::: Information shown
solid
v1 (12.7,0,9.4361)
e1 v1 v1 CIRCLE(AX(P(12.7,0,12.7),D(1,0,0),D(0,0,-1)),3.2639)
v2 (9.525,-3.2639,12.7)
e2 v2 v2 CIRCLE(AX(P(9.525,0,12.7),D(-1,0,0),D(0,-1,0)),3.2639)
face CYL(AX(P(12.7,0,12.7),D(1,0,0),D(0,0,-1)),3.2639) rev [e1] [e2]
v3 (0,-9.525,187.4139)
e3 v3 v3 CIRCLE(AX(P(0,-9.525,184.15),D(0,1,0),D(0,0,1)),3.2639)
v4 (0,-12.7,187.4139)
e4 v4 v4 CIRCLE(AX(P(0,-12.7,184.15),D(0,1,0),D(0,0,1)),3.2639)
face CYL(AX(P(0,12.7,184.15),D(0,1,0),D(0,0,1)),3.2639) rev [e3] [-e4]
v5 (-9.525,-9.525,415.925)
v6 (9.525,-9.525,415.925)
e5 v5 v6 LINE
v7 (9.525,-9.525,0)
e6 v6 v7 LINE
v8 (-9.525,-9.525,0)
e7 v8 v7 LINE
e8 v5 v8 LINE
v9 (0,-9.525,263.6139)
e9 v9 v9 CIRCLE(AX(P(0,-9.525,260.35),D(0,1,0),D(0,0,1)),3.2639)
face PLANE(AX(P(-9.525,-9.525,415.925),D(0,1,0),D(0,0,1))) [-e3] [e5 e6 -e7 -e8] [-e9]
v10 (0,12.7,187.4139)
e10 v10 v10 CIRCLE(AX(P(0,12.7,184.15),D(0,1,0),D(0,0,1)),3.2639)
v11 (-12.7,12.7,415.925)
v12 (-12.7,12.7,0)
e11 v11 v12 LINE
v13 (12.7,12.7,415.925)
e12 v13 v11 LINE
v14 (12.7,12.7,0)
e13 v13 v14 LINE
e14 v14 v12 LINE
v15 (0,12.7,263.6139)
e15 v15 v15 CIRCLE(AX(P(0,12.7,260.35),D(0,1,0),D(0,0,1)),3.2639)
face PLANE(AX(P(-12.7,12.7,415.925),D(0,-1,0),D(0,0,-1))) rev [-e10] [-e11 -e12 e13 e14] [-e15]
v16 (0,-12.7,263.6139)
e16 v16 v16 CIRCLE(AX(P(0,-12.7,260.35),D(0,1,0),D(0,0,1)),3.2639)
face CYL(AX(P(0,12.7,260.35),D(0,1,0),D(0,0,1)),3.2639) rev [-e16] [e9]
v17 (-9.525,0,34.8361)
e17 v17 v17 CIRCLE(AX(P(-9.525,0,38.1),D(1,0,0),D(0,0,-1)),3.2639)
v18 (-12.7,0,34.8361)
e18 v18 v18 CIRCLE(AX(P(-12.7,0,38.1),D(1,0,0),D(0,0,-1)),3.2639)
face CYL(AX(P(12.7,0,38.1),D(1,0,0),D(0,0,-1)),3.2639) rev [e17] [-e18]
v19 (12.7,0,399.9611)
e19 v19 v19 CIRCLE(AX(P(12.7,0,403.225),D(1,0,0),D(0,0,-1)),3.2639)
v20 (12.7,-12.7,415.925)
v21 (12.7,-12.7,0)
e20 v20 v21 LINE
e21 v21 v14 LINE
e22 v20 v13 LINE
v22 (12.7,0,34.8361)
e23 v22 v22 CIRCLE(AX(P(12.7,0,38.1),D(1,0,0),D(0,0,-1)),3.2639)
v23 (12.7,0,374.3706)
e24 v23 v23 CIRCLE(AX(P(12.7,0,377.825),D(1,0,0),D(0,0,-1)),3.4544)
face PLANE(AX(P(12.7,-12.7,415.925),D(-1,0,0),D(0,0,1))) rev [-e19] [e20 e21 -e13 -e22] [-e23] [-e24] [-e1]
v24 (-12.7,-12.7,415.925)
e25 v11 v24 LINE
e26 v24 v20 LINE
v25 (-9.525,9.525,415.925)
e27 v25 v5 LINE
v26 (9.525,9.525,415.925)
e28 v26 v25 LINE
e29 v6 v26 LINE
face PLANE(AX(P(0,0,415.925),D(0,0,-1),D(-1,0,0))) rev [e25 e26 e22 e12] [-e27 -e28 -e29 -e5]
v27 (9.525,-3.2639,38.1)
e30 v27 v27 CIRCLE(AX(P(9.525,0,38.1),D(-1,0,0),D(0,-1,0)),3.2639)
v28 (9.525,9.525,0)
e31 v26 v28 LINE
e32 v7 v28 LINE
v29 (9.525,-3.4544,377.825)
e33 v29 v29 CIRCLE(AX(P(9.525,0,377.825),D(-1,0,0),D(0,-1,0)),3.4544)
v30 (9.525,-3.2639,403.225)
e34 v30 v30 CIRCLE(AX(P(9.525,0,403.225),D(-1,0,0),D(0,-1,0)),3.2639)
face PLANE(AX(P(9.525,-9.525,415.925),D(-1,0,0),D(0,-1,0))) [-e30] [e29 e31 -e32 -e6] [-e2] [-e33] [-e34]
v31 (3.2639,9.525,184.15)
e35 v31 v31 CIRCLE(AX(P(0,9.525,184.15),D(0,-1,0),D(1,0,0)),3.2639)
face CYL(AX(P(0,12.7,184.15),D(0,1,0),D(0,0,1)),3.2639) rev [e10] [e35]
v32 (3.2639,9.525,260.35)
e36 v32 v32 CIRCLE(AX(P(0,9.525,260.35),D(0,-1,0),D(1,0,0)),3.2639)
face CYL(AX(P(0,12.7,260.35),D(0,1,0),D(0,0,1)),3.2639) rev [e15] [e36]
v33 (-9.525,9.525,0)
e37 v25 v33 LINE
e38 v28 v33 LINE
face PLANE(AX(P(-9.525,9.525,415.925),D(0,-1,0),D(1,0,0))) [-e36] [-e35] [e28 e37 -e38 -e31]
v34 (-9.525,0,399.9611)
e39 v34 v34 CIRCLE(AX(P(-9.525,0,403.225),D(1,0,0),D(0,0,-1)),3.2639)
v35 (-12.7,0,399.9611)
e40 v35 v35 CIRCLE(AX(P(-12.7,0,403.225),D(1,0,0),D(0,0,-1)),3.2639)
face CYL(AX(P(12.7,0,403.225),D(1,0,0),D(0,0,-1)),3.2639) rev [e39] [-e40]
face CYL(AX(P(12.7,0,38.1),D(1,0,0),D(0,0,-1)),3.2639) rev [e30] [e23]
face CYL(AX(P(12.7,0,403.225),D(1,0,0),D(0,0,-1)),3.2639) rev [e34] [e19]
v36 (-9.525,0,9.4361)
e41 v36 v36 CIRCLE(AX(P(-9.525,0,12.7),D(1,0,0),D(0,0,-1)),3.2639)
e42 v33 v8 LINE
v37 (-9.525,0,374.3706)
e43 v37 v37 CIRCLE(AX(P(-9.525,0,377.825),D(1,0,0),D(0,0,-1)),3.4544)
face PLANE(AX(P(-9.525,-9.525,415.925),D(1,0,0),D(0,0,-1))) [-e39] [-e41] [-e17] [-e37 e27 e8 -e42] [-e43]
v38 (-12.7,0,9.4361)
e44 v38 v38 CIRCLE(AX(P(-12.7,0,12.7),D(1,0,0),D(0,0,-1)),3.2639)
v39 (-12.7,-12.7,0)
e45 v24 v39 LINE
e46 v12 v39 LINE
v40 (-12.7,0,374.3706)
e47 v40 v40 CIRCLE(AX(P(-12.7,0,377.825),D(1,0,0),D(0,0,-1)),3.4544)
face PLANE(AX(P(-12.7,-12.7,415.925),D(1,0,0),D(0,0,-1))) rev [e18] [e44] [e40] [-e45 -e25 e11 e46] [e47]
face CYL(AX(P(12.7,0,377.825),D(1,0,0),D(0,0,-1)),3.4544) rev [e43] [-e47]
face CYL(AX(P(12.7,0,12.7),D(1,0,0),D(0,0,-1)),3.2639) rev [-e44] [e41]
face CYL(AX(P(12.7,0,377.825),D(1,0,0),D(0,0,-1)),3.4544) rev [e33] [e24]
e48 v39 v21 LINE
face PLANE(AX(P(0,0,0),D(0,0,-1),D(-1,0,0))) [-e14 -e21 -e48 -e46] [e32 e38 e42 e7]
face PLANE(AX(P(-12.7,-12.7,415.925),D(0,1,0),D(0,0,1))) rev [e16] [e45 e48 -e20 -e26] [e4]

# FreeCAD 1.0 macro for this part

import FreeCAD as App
import Part
import Sketcher
Q = App.Units.Quantity


def add_polygon(sketch, points):
    """Adds a closed chain of lines whose ends are joined by coincident constraints."""
    first, n = sketch.GeometryCount, len(points)
    for a, b in zip(points, points[1:] + points[:1]):
        sketch.addGeometry(Part.LineSegment(App.Vector(*a, 0), App.Vector(*b, 0)), False)
    for i in range(n):
        sketch.addConstraint(Sketcher.Constraint("Coincident", first + i, 2, first + (i + 1) % n, 1))

doc = App.newDocument("Part")
body = doc.addObject("PartDesign::Body", "Body")

# Sketch on XY plane
sketch1 = body.newObject("Sketcher::SketchObject", "Sketch")
sketch1.AttachmentSupport = (doc.getObject("XY_Plane"), [""])
sketch1.MapMode = "FlatFace"
add_polygon(sketch1, [(-12.7, 12.7), (-12.7, -12.7), (12.7, -12.7), (12.7, 12.7)])  # lines 0-3
add_polygon(sketch1, [(9.525, -9.525), (-9.525, -9.525), (-9.525, 9.525), (9.525, 9.525)])  # lines 4-7
sketch1.addConstraint([
    Sketcher.Constraint("Vertical", 0),
    Sketcher.Constraint("Horizontal", 1),
    Sketcher.Constraint("Vertical", 2),
    Sketcher.Constraint("Horizontal", 3),
    Sketcher.Constraint("Horizontal", 4),
    Sketcher.Constraint("Vertical", 5),
    Sketcher.Constraint("Horizontal", 6),
    Sketcher.Constraint("Vertical", 7),
    Sketcher.Constraint("Symmetric", 0, 2, 2, 2, -1, 1),
    Sketcher.Constraint("Symmetric", 4, 2, 6, 2, -1, 1),
    Sketcher.Constraint("Equal", 3, 0),
    Sketcher.Constraint("Equal", 6, 5),
    Sketcher.Constraint("DistanceX", 1, 1, 1, 2, Q("1 in")),
    Sketcher.Constraint("DistanceX", 4, 2, 4, 1, Q("0.75 in")),
])
pad1 = body.newObject("PartDesign::Pad", "Pad")
pad1.Profile = sketch1
pad1.Length = Q("16.375 in")

# Sketch on YZ plane
sketch2 = body.newObject("Sketcher::SketchObject", "Sketch001")
sketch2.AttachmentSupport = (doc.getObject("YZ_Plane"), [""])
sketch2.MapMode = "FlatFace"
sketch2.AttachmentOffset = App.Placement(App.Vector(0, 0, 0.5 * 25.4), App.Rotation())
sketch2.addGeometry([
    Part.Circle(App.Vector(0, 403.225, 0), App.Vector(0, 0, 1), 3.2639),
    Part.Circle(App.Vector(0, 12.7, 0), App.Vector(0, 0, 1), 3.2639),
    Part.Circle(App.Vector(0, 38.1, 0), App.Vector(0, 0, 1), 3.2639),
], False)
sketch2.addConstraint([
    Sketcher.Constraint("Equal", 0, 1),
    Sketcher.Constraint("Equal", 1, 2),
    Sketcher.Constraint("PointOnObject", 0, 3, -2),
    Sketcher.Constraint("PointOnObject", 1, 3, -2),
    Sketcher.Constraint("PointOnObject", 2, 3, -2),
    Sketcher.Constraint("Diameter", 0, Q("0.257 in")),
    Sketcher.Constraint("DistanceY", 1, 3, 2, 3, Q("1 in")),
    Sketcher.Constraint("DistanceY", -1, 1, 1, 3, Q("0.5 in")),
    Sketcher.Constraint("DistanceY", -1, 1, 0, 3, Q("15.875 in")),
])
doc.recompute()
hole = body.newObject("PartDesign::Hole", "Hole")
hole.Profile = sketch2
hole.ThreadType = "None"
hole.Diameter = Q("0.257 in")
hole.DepthType = "ThroughAll"

# Sketch on YZ plane
sketch3 = body.newObject("Sketcher::SketchObject", "Sketch002")
sketch3.AttachmentSupport = (doc.getObject("YZ_Plane"), [""])
sketch3.MapMode = "FlatFace"
sketch3.AttachmentOffset = App.Placement(App.Vector(0, 0, 0.5 * 25.4), App.Rotation())
sketch3.addGeometry(Part.Circle(App.Vector(0, 377.825, 0), App.Vector(0, 0, 1), 3.4544), False)
sketch3.addConstraint([
    Sketcher.Constraint("PointOnObject", 0, 3, -2),
    Sketcher.Constraint("Diameter", 0, Q("0.272 in")),
    Sketcher.Constraint("DistanceY", -1, 1, 0, 3, Q("14.875 in")),
])
doc.recompute()
hole2 = body.newObject("PartDesign::Hole", "Hole001")
hole2.Profile = sketch3
hole2.ThreadType = "None"
hole2.Diameter = Q("0.272 in")
hole2.DepthType = "ThroughAll"

# Sketch on XZ plane
sketch4 = body.newObject("Sketcher::SketchObject", "Sketch003")
sketch4.AttachmentSupport = (doc.getObject("XZ_Plane"), [""])
sketch4.MapMode = "FlatFace"
sketch4.AttachmentOffset = App.Placement(App.Vector(0, 0, -0.5 * 25.4), App.Rotation())
sketch4.addGeometry([
    Part.Circle(App.Vector(0, 184.15, 0), App.Vector(0, 0, 1), 3.2639),
    Part.Circle(App.Vector(0, 260.35, 0), App.Vector(0, 0, 1), 3.2639),
], False)
sketch4.addConstraint([
    Sketcher.Constraint("Equal", 0, 1),
    Sketcher.Constraint("PointOnObject", 0, 3, -2),
    Sketcher.Constraint("PointOnObject", 1, 3, -2),
    Sketcher.Constraint("Diameter", 0, Q("0.257 in")),
    Sketcher.Constraint("DistanceY", 0, 3, 1, 3, Q("3 in")),
    Sketcher.Constraint("DistanceY", -1, 1, 0, 3, Q("7.25 in")),
])
doc.recompute()
hole3 = body.newObject("PartDesign::Hole", "Hole002")
hole3.Profile = sketch4
hole3.ThreadType = "None"
hole3.Diameter = Q("0.257 in")
hole3.DepthType = "ThroughAll"
hole3.Reversed = True

doc.recompute()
::::::
Task directions
Beginning at the first line above, repeat exactly until the line containing "v3 (0,-9.525,187.4139)", which is included.

Exercise response
solid
v1 (12.7,0,9.4361)
e1 v1 v1 CIRCLE(AX(P(12.7,0,12.7),D(1,0,0),D(0,0,-1)),3.2639)
v2 (9.525,-3.2639,12.7)
e2 v2 v2 CIRCLE(AX(P(9.525,0,12.7),D(-1,0,0),D(0,-1,0)),3.2639)
face CYL(AX(P(12.7,0,12.7),D(1,0,0),D(0,0,-1)),3.2639) rev [e1] [e2]
v3 (0,-9.525,187.4139)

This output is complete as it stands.